● **EXERCISE DIRECTIONS**
How many lines below hold the string "alias"? Report that number alone.

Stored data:
--------------------
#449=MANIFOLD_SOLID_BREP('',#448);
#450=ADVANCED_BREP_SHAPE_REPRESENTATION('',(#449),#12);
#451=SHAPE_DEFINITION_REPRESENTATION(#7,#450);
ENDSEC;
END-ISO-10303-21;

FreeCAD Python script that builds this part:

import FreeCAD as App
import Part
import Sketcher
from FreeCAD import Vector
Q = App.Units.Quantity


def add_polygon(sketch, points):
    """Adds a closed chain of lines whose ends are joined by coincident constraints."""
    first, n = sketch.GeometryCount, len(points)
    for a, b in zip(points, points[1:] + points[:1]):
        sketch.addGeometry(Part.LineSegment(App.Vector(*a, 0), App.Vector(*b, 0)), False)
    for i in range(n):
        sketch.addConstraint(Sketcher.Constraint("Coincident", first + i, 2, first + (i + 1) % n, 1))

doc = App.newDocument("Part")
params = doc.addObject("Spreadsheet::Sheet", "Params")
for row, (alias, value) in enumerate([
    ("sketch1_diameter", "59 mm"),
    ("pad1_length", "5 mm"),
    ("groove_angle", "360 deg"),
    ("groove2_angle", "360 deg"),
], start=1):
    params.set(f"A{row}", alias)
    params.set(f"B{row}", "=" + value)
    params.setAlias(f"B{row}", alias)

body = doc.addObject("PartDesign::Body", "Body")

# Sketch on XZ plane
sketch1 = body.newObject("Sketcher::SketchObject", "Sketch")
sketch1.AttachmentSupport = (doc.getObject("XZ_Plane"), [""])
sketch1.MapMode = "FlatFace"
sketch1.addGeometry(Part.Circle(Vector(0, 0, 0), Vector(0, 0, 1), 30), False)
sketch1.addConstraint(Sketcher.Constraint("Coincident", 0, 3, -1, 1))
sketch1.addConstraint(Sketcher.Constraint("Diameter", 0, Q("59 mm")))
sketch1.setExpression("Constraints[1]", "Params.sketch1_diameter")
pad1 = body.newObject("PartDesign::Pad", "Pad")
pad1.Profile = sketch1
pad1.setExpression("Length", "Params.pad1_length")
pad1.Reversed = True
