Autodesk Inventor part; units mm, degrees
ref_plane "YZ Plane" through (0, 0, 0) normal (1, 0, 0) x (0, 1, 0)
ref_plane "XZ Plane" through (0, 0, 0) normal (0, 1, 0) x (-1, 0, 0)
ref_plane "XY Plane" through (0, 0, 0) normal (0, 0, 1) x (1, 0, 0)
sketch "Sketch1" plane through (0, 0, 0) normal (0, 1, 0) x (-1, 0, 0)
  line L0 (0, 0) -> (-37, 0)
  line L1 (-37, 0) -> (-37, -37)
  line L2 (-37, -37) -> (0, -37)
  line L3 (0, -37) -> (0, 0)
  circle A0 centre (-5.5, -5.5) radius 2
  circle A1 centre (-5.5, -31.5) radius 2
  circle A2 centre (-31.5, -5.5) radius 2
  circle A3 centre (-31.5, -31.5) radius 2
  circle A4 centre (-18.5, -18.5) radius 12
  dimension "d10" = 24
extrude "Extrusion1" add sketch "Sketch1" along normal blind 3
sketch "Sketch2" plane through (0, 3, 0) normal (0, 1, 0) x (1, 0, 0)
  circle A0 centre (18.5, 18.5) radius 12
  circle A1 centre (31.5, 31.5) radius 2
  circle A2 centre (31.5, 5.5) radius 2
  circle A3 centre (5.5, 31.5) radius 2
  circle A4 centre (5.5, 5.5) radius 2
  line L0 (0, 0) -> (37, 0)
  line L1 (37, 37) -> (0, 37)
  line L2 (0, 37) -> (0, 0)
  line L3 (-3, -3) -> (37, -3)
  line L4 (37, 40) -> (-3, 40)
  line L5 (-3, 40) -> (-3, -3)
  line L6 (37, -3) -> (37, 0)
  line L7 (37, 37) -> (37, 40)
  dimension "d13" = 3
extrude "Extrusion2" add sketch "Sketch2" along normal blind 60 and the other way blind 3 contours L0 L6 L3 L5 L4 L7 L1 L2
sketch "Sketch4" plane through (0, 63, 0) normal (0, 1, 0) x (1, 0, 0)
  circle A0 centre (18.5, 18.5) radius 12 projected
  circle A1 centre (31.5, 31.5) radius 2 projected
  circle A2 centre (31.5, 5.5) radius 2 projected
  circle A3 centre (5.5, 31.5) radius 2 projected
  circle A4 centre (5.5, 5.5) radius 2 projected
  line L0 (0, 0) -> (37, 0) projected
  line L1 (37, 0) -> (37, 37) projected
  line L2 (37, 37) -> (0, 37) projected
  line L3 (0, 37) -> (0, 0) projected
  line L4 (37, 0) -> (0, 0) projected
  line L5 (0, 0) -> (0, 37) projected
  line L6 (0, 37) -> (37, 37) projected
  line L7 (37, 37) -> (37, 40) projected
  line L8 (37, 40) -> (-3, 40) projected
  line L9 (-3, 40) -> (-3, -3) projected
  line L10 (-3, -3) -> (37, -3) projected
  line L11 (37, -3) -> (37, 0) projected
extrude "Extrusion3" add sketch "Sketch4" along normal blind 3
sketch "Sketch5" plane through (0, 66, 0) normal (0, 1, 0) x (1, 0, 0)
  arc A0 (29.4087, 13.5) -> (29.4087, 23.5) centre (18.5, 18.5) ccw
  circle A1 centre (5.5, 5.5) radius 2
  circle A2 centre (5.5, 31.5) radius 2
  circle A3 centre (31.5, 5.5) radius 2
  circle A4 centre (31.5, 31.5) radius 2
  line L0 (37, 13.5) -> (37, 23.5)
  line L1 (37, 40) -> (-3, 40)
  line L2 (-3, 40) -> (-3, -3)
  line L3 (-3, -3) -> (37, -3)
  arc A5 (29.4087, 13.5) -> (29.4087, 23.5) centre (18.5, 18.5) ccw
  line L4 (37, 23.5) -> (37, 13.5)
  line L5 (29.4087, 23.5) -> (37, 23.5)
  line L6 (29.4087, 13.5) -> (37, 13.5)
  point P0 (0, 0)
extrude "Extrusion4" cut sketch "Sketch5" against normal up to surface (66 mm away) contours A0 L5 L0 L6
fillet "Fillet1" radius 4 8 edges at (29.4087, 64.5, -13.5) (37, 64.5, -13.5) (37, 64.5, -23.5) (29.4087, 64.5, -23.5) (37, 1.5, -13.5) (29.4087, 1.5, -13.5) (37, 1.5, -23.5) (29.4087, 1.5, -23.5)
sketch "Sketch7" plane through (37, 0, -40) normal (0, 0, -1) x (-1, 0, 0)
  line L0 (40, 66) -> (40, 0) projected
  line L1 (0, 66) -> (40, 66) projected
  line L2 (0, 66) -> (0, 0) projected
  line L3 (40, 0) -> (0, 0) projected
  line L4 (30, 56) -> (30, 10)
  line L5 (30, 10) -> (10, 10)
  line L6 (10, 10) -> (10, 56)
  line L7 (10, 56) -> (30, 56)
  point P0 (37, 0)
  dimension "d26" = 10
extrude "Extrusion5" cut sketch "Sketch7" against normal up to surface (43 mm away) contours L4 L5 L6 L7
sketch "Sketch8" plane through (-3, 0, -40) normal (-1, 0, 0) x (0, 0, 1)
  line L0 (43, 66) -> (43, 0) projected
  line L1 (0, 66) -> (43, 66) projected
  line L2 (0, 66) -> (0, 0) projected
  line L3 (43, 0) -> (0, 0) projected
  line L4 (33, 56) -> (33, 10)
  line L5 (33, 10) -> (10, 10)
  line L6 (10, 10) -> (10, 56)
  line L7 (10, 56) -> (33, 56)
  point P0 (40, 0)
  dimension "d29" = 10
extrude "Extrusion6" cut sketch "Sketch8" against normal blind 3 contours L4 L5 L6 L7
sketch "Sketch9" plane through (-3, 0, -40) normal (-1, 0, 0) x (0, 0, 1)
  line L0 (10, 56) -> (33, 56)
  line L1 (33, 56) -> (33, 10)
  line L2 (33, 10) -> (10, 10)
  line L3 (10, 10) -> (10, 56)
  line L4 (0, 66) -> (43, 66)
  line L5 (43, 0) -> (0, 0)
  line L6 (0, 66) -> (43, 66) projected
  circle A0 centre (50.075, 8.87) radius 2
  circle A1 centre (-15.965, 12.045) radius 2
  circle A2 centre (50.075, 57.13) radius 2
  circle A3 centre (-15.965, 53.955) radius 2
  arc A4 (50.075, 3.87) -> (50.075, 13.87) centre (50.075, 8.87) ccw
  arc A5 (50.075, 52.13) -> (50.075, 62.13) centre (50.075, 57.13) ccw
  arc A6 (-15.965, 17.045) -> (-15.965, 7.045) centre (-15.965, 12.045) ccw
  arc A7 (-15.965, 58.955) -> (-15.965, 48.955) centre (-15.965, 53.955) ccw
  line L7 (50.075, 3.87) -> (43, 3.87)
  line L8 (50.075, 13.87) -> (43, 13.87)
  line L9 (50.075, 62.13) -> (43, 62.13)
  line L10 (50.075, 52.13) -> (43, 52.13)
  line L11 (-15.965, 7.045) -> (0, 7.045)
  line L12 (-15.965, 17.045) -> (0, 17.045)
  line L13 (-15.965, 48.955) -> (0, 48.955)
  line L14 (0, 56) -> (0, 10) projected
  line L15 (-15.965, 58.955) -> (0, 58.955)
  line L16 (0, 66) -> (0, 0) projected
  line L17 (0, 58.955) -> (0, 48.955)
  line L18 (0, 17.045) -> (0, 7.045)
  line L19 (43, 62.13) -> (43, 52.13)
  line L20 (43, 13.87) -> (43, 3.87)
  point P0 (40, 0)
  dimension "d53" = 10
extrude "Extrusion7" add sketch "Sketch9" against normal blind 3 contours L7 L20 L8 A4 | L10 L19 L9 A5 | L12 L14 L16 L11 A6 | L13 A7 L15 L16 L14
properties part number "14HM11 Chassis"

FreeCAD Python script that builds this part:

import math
import FreeCAD as App
import Part
import Sketcher


def edges_at(feature, points):
    """Names of the edges that pass closest to the given points."""
    edges = feature.Shape.Edges
    near = lambda p: min(range(len(edges)), key=lambda i: edges[i].distToShape(Part.Vertex(*p))[0])
    return sorted({f"Edge{near(p) + 1}" for p in points})


def add_polygon(sketch, points):
    """Adds a closed chain of lines whose ends are joined by coincident constraints."""
    first, n = sketch.GeometryCount, len(points)
    for a, b in zip(points, points[1:] + points[:1]):
        sketch.addGeometry(Part.LineSegment(App.Vector(*a, 0), App.Vector(*b, 0)), False)
    for i in range(n):
        sketch.addConstraint(Sketcher.Constraint("Coincident", first + i, 2, first + (i + 1) % n, 1))

doc = App.newDocument("Part")
body = doc.addObject("PartDesign::Body", "Body")

# Sketch on XZ plane
sketch1 = body.newObject("Sketcher::SketchObject", "Sketch")
sketch1.AttachmentSupport = (doc.getObject("XZ_Plane"), [""])
sketch1.MapMode = "FlatFace"
add_polygon(sketch1, [(0, -37), (0, 0), (37, 0), (37, -37)])  # lines 0-3
sketch1.addGeometry(Part.Circle(App.Vector(31.5, -31.5, 0), App.Vector(0, 0, 1), 2), False)  # 4
sketch1.addGeometry(Part.Circle(App.Vector(5.5, -31.5, 0), App.Vector(0, 0, 1), 2), False)  # 5
sketch1.addGeometry(Part.Circle(App.Vector(31.5, -5.5, 0), App.Vector(0, 0, 1), 2), False)  # 6
sketch1.addGeometry(Part.Circle(App.Vector(18.5, -18.5, 0), App.Vector(0, 0, 1), 12), False)  # 7
sketch1.addGeometry(Part.Circle(App.Vector(5.5, -5.5, 0), App.Vector(0, 0, 1), 2), False)  # 8
sketch1.addConstraint(Sketcher.Constraint("Vertical", 0))
sketch1.addConstraint(Sketcher.Constraint("Horizontal", 1))
sketch1.addConstraint(Sketcher.Constraint("Vertical", 2))
sketch1.addConstraint(Sketcher.Constraint("Horizontal", 3))
sketch1.addConstraint(Sketcher.Constraint("Coincident", 0, 2, -1, 1))
sketch1.addConstraint(Sketcher.Constraint("Equal", 4, 5))
sketch1.addConstraint(Sketcher.Constraint("Equal", 5, 6))
sketch1.addConstraint(Sketcher.Constraint("Equal", 6, 8))
sketch1.addConstraint(Sketcher.Constraint("Horizontal", 4, 3, 5, 3))
sketch1.addConstraint(Sketcher.Constraint("Horizontal", 6, 3, 8, 3))
sketch1.addConstraint(Sketcher.Constraint("Vertical", 4, 3, 6, 3))
sketch1.addConstraint(Sketcher.Constraint("Vertical", 5, 3, 8, 3))
sketch1.addConstraint(Sketcher.Constraint("Equal", 3, 0))
sketch1.addConstraint(Sketcher.Constraint("Diameter", 7, 24.0))
sketch1.addConstraint(Sketcher.Constraint("Diameter", 4, 4.0))
sketch1.addConstraint(Sketcher.Constraint("DistanceX", 1, 1, 1, 2, 37.0))
sketch1.addConstraint(Sketcher.Constraint("DistanceX", 5, 3, 4, 3, 26.0))
sketch1.addConstraint(Sketcher.Constraint("DistanceY", 4, 3, 6, 3, 26.0))
sketch1.addConstraint(Sketcher.Constraint("DistanceX", 7, 3, 4, 3, 13.0))
sketch1.addConstraint(Sketcher.Constraint("DistanceY", 4, 3, 7, 3, 13.0))
sketch1.addConstraint(Sketcher.Constraint("DistanceX", -1, 1, 4, 3, 31.5))
sketch1.addConstraint(Sketcher.Constraint("DistanceY", 4, 3, -1, 1, 31.5))
pad1 = body.newObject("PartDesign::Pad", "Pad")
pad1.Profile = sketch1
pad1.Length = 3
pad1.Reversed = True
--------------------
● **YOUR SOLUTION**
3